The Washington Post | America is at war with itself. Making peace won’t be peaceful.

One of the most remarkable stories from World War I is the spontaneous Christmas Eve cease-fire of 1914.

Huddled in their trenches on a bitter December day, Allied soldiers noticed something strange happening on the other side of the Western Front. They heard the familiar tune of “Silent Night,” but in German. At first cautious, they responded with an English chorus of “The First Noel.”

“How could we resist wishing each other a Merry Christmas, even though we might be at each other’s throats immediately after?” wrote Private Frederick Heath in a letter home.

In pockets along the front, soldiers from opposing armies greeted one another and exchanged chocolates and cigarettes as gifts. There are even accounts of soccer matches played in no man’s land — the most famous of which the Germans claim to have won 3-2.

“Blood and peace, enmity and fraternity — war’s most amazing paradox,” scrawled the British private. “The night wore on to dawn — a night made easier by songs from the German trenches, the pipings of piccolos and from our broad lines laughter and Christmas carols. Not a shot was fired.”

One hundred years later, it seems we need a similar moment in America, when we can step out of our trenches and seek peace with one another.

As an evangelical pastor, I’m painfully aware of how our differences can lead us to misunderstand, resent and hurt one another. We win arguments but lose relationships. We make more enemies than friends. Sometimes, it seems like we fight simply because that’s the only thing we’ve ever done.

Solomon, in Ecclesiastes, wrote that there’s “a time for war and a time for peace.” Could we make our current time of war into a time for peace?

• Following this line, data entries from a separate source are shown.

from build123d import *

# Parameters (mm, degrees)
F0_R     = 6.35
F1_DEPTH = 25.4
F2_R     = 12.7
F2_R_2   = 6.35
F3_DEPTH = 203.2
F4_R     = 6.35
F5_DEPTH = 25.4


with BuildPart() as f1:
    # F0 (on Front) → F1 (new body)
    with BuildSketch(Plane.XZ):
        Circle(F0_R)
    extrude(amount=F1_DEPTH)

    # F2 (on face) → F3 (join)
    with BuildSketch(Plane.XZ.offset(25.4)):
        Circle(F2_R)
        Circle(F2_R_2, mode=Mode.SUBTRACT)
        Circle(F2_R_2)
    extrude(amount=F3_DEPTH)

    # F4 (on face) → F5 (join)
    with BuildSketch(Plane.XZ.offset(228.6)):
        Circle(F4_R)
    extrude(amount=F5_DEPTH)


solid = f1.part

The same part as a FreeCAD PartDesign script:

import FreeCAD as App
import Part
import Sketcher
Q = App.Units.Quantity

doc = App.newDocument("Part")
body = doc.addObject("PartDesign::Body", "Body")

# Sketch on XZ plane
sketch1 = body.newObject("Sketcher::SketchObject", "Sketch")
sketch1.AttachmentSupport = (doc.getObject("XZ_Plane"), [""])
sketch1.MapMode = "FlatFace"
sketch1.addGeometry(Part.Circle(App.Vector(0, 0, 0), App.Vector(0, 0, 1), 6), False)
sketch1.addConstraint([
    Sketcher.Constraint("Coincident", 0, 3, -1, 1),
    Sketcher.Constraint("Diameter", 0, Q("0.5 in")),
])
pad1 = body.newObject("PartDesign::Pad", "Pad")
pad1.Profile = sketch1
pad1.Length = Q("1 in")

# Sketch on XZ plane
sketch2 = body.newObject("Sketcher::SketchObject", "Sketch001")
sketch2.AttachmentSupport = (doc.getObject("XZ_Plane"), [""])
sketch2.MapMode = "FlatFace"
sketch2.AttachmentOffset = App.Placement(App.Vector(0, 0, 1 * 25.4), App.Rotation())
sketch2.addGeometry(Part.Circle(App.Vector(0, 0, 0), App.Vector(0, 0, 1), 13), False)
sketch2.addConstraint([
    Sketcher.Constraint("Coincident", 0, 3, -1, 1),
    Sketcher.Constraint("Diameter", 0, Q("1 in")),
])
pad2 = body.newObject("PartDesign::Pad", "Pad001")
pad2.Profile = sketch2
pad2.Length = Q("8 in")

# Sketch on XZ plane
sketch3 = body.newObject("Sketcher::SketchObject", "Sketch002")
sketch3.AttachmentSupport = (doc.getObject("XZ_Plane"), [""])
sketch3.MapMode = "FlatFace"
sketch3.AttachmentOffset = App.Placement(App.Vector(0, 0, 9 * 25.4), App.Rotation())
sketch3.addGeometry(Part.Circle(App.Vector(0, 0, 0), App.Vector(0, 0, 1), 6), False)
sketch3.addConstraint([
    Sketcher.Constraint("Coincident", 0, 3, -1, 1),
    Sketcher.Constraint("Diameter", 0, Q("0.5 in")),
])
pad3 = body.newObject("PartDesign::Pad", "Pad002")
pad3.Profile = sketch3
pad3.Length = Q("1 in")

doc.recompute()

Jesus said, “Blessed are the peacemakers, for they will be called children of God.” Every Christian in America is called to be a peacemaker among the ideological, racial, cultural and religious divisions of our day. But we must be well aware that peacemaking is anything but peaceful.

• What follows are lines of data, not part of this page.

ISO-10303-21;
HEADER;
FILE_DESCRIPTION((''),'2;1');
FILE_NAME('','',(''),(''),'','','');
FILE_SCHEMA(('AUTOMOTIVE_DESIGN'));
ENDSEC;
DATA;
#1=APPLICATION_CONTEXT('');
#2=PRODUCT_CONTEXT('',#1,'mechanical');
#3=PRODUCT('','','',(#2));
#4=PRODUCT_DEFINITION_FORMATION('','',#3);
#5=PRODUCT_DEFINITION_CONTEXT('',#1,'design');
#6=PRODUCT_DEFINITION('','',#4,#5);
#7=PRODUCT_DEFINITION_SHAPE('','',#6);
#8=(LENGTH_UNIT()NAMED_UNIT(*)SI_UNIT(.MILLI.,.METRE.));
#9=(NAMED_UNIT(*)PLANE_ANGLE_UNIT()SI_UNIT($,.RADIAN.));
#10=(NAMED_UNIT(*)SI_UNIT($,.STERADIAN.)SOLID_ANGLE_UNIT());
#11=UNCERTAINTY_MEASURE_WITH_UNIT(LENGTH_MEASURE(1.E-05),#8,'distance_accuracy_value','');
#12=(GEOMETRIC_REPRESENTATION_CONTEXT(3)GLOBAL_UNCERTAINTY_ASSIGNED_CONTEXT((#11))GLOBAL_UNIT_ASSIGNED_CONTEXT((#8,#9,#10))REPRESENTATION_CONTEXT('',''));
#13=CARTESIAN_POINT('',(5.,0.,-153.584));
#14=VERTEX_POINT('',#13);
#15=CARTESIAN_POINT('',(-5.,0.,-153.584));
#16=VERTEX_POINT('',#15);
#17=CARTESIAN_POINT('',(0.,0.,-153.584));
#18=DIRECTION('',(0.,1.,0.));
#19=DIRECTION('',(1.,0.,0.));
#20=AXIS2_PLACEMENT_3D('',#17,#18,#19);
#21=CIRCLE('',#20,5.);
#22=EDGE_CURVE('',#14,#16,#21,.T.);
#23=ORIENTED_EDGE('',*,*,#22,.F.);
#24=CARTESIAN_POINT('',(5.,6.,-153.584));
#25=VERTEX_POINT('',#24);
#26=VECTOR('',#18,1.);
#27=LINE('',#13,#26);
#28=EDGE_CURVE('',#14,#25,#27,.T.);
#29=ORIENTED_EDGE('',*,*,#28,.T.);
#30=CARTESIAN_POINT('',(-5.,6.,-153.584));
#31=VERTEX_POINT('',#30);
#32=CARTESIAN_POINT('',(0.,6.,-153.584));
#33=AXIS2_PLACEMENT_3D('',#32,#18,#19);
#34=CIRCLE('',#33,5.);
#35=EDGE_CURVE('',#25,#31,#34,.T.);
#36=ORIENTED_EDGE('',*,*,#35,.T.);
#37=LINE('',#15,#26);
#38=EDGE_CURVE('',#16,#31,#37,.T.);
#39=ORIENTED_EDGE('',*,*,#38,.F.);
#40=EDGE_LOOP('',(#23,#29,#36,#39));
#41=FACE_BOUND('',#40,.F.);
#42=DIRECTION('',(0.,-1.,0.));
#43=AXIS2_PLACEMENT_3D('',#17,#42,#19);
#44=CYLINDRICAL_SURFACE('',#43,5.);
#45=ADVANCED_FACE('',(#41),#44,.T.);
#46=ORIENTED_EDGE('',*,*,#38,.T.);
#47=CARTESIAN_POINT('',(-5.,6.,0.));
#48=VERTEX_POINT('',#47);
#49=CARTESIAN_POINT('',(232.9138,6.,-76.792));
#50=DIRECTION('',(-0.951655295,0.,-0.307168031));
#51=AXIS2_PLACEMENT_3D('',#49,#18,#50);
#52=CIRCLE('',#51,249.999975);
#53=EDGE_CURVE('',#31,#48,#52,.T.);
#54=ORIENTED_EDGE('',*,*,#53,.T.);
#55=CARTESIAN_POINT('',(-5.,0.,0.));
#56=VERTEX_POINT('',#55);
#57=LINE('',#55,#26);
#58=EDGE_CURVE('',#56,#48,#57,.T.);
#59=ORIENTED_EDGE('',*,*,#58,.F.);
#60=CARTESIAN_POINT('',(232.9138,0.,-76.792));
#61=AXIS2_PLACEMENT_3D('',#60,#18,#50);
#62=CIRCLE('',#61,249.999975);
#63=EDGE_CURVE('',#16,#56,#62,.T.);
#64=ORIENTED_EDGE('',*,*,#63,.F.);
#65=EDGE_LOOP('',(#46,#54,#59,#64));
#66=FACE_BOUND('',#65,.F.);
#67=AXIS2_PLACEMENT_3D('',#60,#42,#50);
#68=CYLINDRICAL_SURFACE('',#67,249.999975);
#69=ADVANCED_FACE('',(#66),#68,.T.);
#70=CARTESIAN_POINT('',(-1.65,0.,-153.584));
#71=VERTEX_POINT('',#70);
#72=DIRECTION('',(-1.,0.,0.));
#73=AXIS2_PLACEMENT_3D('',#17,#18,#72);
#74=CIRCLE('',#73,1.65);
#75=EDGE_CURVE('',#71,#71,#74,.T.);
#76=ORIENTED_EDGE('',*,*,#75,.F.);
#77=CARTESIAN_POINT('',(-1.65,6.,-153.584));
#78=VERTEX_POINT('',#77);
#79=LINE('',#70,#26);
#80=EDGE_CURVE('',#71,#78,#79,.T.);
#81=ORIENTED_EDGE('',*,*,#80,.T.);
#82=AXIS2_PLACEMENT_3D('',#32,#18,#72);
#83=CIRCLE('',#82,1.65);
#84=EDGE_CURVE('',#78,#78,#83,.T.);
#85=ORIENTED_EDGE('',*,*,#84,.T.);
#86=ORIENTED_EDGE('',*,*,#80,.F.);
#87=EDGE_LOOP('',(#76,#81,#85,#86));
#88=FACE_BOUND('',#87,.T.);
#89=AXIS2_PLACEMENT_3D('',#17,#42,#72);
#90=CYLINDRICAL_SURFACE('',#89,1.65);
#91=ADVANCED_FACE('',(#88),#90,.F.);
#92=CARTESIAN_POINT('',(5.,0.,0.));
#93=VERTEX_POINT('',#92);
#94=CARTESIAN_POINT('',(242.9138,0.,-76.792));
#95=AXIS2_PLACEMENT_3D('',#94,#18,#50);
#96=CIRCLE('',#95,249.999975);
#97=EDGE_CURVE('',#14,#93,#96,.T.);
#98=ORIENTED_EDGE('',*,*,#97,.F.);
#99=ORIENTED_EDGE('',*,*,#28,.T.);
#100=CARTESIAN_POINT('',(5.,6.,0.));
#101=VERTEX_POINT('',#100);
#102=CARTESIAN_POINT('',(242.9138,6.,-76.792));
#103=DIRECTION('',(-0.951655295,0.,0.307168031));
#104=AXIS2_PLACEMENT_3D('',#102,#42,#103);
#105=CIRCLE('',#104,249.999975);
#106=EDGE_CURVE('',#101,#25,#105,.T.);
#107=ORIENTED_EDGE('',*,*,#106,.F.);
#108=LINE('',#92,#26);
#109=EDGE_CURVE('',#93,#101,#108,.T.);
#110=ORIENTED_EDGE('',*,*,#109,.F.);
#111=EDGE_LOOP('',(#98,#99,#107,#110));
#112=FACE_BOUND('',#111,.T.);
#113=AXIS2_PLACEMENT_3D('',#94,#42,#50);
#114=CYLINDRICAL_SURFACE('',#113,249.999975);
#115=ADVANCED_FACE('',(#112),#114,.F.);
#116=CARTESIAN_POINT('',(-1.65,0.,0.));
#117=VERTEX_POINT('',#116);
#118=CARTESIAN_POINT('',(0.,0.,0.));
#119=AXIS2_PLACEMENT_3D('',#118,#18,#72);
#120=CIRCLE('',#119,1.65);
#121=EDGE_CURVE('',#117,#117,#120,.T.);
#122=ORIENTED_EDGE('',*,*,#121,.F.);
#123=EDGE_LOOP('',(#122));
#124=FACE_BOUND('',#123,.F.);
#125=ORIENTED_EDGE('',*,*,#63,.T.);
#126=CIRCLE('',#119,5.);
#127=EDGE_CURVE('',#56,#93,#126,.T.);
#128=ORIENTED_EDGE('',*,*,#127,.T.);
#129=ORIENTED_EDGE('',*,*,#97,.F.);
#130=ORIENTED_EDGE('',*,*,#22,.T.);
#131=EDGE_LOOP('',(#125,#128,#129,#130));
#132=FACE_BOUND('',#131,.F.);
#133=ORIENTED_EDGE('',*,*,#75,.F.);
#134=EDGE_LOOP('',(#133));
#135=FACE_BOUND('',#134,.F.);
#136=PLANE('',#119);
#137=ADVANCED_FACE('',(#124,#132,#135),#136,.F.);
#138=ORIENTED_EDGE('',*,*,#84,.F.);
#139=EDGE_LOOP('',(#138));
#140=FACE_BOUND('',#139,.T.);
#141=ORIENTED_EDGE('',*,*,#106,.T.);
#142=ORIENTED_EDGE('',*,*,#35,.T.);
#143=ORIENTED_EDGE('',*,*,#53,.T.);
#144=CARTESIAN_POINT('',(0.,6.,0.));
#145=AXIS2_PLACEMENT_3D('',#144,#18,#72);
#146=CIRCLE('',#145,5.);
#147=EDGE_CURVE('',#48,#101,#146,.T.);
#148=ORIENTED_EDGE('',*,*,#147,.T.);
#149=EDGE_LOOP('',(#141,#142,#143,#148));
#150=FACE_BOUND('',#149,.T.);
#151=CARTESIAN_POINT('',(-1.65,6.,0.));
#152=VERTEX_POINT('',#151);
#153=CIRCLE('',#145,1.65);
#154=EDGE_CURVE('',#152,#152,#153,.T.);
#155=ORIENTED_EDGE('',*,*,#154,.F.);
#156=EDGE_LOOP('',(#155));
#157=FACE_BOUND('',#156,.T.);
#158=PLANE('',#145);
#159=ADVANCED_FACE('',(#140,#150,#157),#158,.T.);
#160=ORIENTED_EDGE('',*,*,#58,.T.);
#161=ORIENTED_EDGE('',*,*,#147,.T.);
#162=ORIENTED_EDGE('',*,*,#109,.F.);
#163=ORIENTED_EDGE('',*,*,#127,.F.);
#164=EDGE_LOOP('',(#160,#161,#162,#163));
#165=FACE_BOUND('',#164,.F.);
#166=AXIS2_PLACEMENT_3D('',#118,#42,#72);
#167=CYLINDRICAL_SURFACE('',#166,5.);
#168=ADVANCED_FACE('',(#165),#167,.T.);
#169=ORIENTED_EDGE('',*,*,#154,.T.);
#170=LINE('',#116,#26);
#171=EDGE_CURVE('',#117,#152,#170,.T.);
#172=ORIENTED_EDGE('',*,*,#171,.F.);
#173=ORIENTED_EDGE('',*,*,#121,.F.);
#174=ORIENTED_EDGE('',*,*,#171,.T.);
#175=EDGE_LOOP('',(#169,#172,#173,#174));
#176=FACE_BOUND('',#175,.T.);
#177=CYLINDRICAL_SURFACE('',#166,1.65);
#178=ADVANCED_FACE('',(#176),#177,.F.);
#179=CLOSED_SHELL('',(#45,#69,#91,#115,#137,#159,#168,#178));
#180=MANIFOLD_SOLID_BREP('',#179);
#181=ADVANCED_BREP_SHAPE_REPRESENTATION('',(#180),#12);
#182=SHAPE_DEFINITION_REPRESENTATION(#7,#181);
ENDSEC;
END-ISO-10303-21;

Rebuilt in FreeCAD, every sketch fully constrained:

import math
import FreeCAD as App
import Part
import Sketcher
from FreeCAD import Vector

doc = App.newDocument("Part")
params = doc.addObject("Spreadsheet::Sheet", "Params")
for row, (alias, value) in enumerate([
    ("sketch1_radius", "250 mm"),
    ("sketch1_radius2", "5 mm"),
    ("sketch1_diameter", "3.3 mm"),
    ("pad1_length", "6 mm"),
], start=1):
    params.set(f"A{row}", alias)
    params.set(f"B{row}", "=" + value)
    params.setAlias(f"B{row}", alias)

body = doc.addObject("PartDesign::Body", "Body")

# Sketch on XZ plane
sketch1 = body.newObject("Sketcher::SketchObject", "Sketch")
sketch1.AttachmentSupport = (doc.getObject("XZ_Plane"), [""])
sketch1.MapMode = "FlatFace"
sketch1.addGeometry([
    Part.ArcOfCircle(Part.Circle(Vector(232.9, -76.8, 0), Vector(0, 0, 1), 250), math.radians(162), math.radians(198)),  # 0
    Part.ArcOfCircle(Part.Circle(Vector(0, 0, 0), Vector(0, 0, 1), 5), math.radians(0), math.radians(180)),  # 1
    Part.ArcOfCircle(Part.Circle(Vector(242.9, -76.8, 0), Vector(0, 0, 1), 250), math.radians(162), math.radians(198)),  # 2
    Part.ArcOfCircle(Part.Circle(Vector(0, -153.6, 0), Vector(0, 0, 1), 5), math.radians(180), math.radians(360)),  # 3
    Part.Circle(Vector(0, -153.6, 0), Vector(0, 0, 1), 1.6),  # 4
    Part.Circle(Vector(0, 0, 0), Vector(0, 0, 1), 1.6),  # 5
], False)
sketch1.addConstraint([
    Sketcher.Constraint("Coincident", 0, 1, 1, 2),
    Sketcher.Constraint("Coincident", 1, 1, 2, 1),
    Sketcher.Constraint("Coincident", 2, 2, 3, 2),
    Sketcher.Constraint("Coincident", 3, 1, 0, 2),
    Sketcher.Constraint("Coincident", 1, 3, -1, 1),
    Sketcher.Constraint("Coincident", 5, 3, -1, 1),
    Sketcher.Constraint("Coincident", 4, 3, 3, 3),
    Sketcher.Constraint("Equal", 0, 2),
    Sketcher.Constraint("Equal", 1, 3),
    Sketcher.Constraint("Equal", 4, 5),
    Sketcher.Constraint("Symmetric", 2, 2, 3, 1, -2),
    Sketcher.Constraint("PointOnObject", 0, 1, -1),
    Sketcher.Constraint("PointOnObject", 1, 1, -1),
    Sketcher.Constraint("Horizontal", 4, 3, 2, 2),
    Sketcher.Constraint("Radius", 0, 250.0),
    Sketcher.Constraint("Radius", 1, 5.0),
    Sketcher.Constraint("Diameter", 4, 3.3),
    Sketcher.Constraint("DistanceY", 3, 3, -1, 1, 153.584),
])
sketch1.setExpression("Constraints[14]", "Params.sketch1_radius")
sketch1.setExpression("Constraints[15]", "Params.sketch1_radius2")
sketch1.setExpression("Constraints[16]", "Params.sketch1_diameter")
pad1 = body.newObject("PartDesign::Pad", "Pad")
pad1.Profile = sketch1
pad1.setExpression("Length", "Params.pad1_length")
pad1.Reversed = True

doc.recompute()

Peacemaking — or peace manufacturing, as I call it — requires you walk straight into the line of fire and expose yourself to risk of injury from both your enemies and your friends. It demands you love those who won’t love you back, speak blessings on those who curse you and give freely to those who don’t deserve mercy.

Peace manufacturing is a call to love everyone, everyday, like you’ve never been hurt.

Sometimes, peace comes at the expense of those who broker it. Jesus taught us as much by dying on a cross for the people who put him on it.

As his follower, I must be willing to take the risk and follow Jesus into no man’s land. Because if there’s one place he’s for sure in our embattled America today, it’s in the gap between our trenches.

Jentezen Franklin is senior pastor of Free Chapel and author of the forthcoming “Love Like You’ve Never Been Hurt.”